[Task goal] Would you please copy the part of the material below that opens with the line containing "face PLANE(AX(P(-10,0,-10),D(-1,0,0),D(0,0,1))) [e73" and closes with the line containing "face PLANE(AX(P(-7.5,-3,-2.5),D(0,0,1),D(1,0,0))) rev"? Copy it exactly, and only it.

--- START ---

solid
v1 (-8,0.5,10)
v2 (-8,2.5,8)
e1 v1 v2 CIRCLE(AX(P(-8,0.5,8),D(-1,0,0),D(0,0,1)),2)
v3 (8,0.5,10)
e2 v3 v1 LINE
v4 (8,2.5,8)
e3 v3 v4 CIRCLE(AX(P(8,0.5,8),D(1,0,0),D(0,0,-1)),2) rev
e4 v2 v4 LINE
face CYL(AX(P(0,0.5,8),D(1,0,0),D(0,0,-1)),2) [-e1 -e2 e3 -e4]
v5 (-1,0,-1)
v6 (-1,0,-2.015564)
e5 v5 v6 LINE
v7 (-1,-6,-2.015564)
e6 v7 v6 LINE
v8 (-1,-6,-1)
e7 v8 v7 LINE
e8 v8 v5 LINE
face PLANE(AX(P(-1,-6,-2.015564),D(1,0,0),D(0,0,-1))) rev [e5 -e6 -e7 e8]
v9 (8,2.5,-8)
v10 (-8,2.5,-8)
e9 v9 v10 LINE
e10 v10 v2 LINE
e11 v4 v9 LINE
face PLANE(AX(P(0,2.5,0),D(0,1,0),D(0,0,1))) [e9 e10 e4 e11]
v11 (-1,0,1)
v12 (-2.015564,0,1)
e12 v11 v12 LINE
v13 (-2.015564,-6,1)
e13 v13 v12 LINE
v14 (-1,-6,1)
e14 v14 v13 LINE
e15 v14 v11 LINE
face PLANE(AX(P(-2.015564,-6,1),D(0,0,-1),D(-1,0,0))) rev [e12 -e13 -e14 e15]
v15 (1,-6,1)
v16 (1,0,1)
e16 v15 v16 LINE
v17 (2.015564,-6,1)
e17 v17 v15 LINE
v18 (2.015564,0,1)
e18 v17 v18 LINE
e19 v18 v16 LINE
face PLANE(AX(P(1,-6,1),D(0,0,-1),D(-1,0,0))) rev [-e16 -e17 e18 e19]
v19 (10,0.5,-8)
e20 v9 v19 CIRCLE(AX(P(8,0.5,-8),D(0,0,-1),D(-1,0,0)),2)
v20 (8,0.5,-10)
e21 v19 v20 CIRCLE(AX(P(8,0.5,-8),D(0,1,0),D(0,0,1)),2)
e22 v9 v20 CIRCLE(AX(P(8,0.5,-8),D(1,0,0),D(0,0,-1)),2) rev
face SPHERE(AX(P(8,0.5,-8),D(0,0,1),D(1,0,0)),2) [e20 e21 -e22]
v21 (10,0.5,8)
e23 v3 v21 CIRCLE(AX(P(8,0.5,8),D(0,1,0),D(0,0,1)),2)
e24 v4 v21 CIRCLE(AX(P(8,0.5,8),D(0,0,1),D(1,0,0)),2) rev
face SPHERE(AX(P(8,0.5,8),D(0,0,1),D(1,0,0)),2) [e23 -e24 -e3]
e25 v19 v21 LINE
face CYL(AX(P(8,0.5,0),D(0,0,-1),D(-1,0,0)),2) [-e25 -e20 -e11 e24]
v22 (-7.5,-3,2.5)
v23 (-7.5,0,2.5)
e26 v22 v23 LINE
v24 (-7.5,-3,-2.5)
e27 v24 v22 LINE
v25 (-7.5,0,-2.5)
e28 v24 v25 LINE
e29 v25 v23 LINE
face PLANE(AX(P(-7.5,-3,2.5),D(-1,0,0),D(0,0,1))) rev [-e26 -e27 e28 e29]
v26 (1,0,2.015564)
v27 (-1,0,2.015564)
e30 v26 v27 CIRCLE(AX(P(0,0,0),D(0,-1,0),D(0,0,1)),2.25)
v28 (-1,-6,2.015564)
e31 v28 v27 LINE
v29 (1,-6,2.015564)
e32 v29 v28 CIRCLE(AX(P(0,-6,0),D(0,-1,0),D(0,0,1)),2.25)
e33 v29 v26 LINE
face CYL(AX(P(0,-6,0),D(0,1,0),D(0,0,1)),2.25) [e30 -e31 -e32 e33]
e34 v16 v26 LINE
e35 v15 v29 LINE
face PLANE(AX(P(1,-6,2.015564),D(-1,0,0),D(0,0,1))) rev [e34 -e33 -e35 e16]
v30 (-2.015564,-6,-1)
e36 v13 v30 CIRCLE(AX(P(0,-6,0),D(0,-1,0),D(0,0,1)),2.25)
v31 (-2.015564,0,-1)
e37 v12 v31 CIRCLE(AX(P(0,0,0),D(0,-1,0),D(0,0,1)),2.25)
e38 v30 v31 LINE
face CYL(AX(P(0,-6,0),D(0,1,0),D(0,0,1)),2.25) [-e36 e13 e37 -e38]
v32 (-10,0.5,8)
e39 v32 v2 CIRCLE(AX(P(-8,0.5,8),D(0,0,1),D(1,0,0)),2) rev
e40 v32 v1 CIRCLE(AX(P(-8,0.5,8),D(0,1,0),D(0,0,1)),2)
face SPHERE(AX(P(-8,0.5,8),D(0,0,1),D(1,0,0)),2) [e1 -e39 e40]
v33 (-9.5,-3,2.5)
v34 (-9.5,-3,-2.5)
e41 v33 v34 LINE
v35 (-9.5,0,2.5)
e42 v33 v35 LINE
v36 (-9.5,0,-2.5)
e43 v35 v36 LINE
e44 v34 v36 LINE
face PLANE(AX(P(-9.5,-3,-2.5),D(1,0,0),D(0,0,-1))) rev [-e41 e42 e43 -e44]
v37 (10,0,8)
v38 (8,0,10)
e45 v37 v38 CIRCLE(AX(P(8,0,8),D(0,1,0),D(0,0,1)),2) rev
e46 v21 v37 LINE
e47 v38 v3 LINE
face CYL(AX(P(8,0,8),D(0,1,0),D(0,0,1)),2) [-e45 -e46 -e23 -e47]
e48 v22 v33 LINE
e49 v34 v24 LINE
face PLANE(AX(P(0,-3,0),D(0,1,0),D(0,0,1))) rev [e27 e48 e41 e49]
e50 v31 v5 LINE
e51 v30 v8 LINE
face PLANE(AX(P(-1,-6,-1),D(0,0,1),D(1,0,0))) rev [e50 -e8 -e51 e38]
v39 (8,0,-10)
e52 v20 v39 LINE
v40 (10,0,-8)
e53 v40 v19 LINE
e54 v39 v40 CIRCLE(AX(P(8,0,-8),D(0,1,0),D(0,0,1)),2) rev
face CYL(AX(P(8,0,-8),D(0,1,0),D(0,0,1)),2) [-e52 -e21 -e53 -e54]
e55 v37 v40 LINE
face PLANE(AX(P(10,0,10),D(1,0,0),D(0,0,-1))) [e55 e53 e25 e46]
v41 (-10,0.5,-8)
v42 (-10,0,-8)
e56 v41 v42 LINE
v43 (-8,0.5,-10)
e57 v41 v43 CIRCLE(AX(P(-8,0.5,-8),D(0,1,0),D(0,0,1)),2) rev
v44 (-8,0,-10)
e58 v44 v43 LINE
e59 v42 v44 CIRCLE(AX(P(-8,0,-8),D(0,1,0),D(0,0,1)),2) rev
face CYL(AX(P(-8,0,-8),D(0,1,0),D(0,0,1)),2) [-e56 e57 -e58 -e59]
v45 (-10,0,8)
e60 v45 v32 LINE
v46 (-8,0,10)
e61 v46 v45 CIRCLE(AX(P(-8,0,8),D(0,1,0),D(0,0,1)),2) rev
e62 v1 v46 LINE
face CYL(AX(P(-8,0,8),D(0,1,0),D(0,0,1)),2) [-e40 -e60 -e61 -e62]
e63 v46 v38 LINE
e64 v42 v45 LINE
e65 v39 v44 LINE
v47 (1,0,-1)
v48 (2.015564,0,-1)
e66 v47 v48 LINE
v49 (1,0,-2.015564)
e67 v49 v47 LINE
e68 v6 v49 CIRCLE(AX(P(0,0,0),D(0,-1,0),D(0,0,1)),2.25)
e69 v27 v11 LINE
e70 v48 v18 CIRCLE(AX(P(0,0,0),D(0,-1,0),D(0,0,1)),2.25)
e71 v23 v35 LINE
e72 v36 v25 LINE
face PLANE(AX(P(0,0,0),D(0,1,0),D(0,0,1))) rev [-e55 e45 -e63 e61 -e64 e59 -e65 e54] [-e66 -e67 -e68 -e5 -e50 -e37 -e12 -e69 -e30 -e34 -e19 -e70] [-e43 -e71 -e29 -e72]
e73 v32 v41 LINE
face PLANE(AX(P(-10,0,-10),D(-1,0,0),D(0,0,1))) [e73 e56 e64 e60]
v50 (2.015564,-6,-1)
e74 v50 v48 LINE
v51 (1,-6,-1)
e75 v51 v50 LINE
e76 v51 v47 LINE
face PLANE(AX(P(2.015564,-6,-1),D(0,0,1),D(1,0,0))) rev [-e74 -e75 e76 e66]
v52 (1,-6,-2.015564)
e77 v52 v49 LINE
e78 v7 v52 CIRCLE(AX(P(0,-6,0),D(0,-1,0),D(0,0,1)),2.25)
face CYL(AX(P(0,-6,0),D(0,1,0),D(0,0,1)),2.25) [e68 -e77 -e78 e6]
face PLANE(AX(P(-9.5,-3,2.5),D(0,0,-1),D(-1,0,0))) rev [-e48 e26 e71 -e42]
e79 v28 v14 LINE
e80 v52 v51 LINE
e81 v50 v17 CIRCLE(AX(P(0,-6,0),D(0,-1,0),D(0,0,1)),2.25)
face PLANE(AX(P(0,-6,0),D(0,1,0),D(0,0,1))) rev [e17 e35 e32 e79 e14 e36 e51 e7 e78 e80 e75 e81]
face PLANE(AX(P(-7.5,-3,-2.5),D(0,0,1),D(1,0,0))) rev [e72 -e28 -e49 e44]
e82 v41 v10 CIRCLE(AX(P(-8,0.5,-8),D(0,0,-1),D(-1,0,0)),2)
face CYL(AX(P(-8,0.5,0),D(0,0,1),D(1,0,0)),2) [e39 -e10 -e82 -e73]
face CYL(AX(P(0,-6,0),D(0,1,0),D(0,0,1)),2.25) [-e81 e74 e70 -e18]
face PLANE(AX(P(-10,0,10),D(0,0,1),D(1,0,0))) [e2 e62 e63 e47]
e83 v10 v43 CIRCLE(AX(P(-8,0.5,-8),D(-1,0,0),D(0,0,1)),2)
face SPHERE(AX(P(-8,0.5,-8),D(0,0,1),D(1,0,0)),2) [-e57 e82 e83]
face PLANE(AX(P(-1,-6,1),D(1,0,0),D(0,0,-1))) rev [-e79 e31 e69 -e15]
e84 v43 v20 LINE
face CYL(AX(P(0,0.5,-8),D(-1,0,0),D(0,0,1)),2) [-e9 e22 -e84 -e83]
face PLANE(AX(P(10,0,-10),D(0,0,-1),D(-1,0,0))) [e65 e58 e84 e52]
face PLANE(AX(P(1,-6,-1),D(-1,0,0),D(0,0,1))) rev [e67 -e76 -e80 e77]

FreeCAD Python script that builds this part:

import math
import FreeCAD as App
import Part
import Sketcher
Q = App.Units.Quantity


def edges_at(feature, points):
    """Names of the edges that pass closest to the given points."""
    edges = feature.Shape.Edges
    near = lambda p: min(range(len(edges)), key=lambda i: edges[i].distToShape(Part.Vertex(*p))[0])
    return sorted({f"Edge{near(p) + 1}" for p in points})

doc = App.newDocument("Part")
body = doc.addObject("PartDesign::Body", "Body")

sketch1 = doc.addObject("Sketcher::SketchObject", "Sketch")
body.addObject(sketch1)
sketch1.AttachmentSupport = (doc.XZ_Plane, [""])
sketch1.MapMode = "FlatFace"
sketch1.AttachmentOffset = App.Placement(App.Vector(0, 0, -2.5), App.Rotation())
sketch1.addGeometry(Part.LineSegment(App.Vector(-10, -10, 0), App.Vector(-10, 10, 0)), False)
sketch1.addGeometry(Part.LineSegment(App.Vector(-10, 10, 0), App.Vector(10, 10, 0)), False)
sketch1.addGeometry(Part.LineSegment(App.Vector(10, 10, 0), App.Vector(10, -10, 0)), False)
sketch1.addGeometry(Part.LineSegment(App.Vector(10, -10, 0), App.Vector(-10, -10, 0)), False)
sketch1.addConstraint(Sketcher.Constraint("Coincident", 0, 2, 1, 1))
sketch1.addConstraint(Sketcher.Constraint("Coincident", 1, 2, 2, 1))
sketch1.addConstraint(Sketcher.Constraint("Coincident", 2, 2, 3, 1))
sketch1.addConstraint(Sketcher.Constraint("Coincident", 3, 2, 0, 1))
sketch1.addConstraint(Sketcher.Constraint("Vertical", 0))
sketch1.addConstraint(Sketcher.Constraint("Horizontal", 1))
sketch1.addConstraint(Sketcher.Constraint("Vertical", 2))
sketch1.addConstraint(Sketcher.Constraint("Horizontal", 3))
sketch1.addConstraint(Sketcher.Constraint("Symmetric", 0, 2, 2, 2, -1, 1))
sketch1.addConstraint(Sketcher.Constraint("Equal", 3, 0))
sketch1.addConstraint(Sketcher.Constraint("DistanceX", 1, 1, 1, 2, Q("20 mm")))
pad1 = doc.addObject("PartDesign::Pad", "Pad")
body.addObject(pad1)
pad1.Profile = sketch1
pad1.Length = 2.5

--- END ---

[Answer to this problem]
face PLANE(AX(P(-10,0,-10),D(-1,0,0),D(0,0,1))) [e73 e56 e64 e60]
v50 (2.015564,-6,-1)
e74 v50 v48 LINE
v51 (1,-6,-1)
e75 v51 v50 LINE
e76 v51 v47 LINE
face PLANE(AX(P(2.015564,-6,-1),D(0,0,1),D(1,0,0))) rev [-e74 -e75 e76 e66]
v52 (1,-6,-2.015564)
e77 v52 v49 LINE
e78 v7 v52 CIRCLE(AX(P(0,-6,0),D(0,-1,0),D(0,0,1)),2.25)
face CYL(AX(P(0,-6,0),D(0,1,0),D(0,0,1)),2.25) [e68 -e77 -e78 e6]
face PLANE(AX(P(-9.5,-3,2.5),D(0,0,-1),D(-1,0,0))) rev [-e48 e26 e71 -e42]
e79 v28 v14 LINE
e80 v52 v51 LINE
e81 v50 v17 CIRCLE(AX(P(0,-6,0),D(0,-1,0),D(0,0,1)),2.25)
face PLANE(AX(P(0,-6,0),D(0,1,0),D(0,0,1))) rev [e17 e35 e32 e79 e14 e36 e51 e7 e78 e80 e75 e81]
face PLANE(AX(P(-7.5,-3,-2.5),D(0,0,1),D(1,0,0))) rev [e72 -e28 -e49 e44]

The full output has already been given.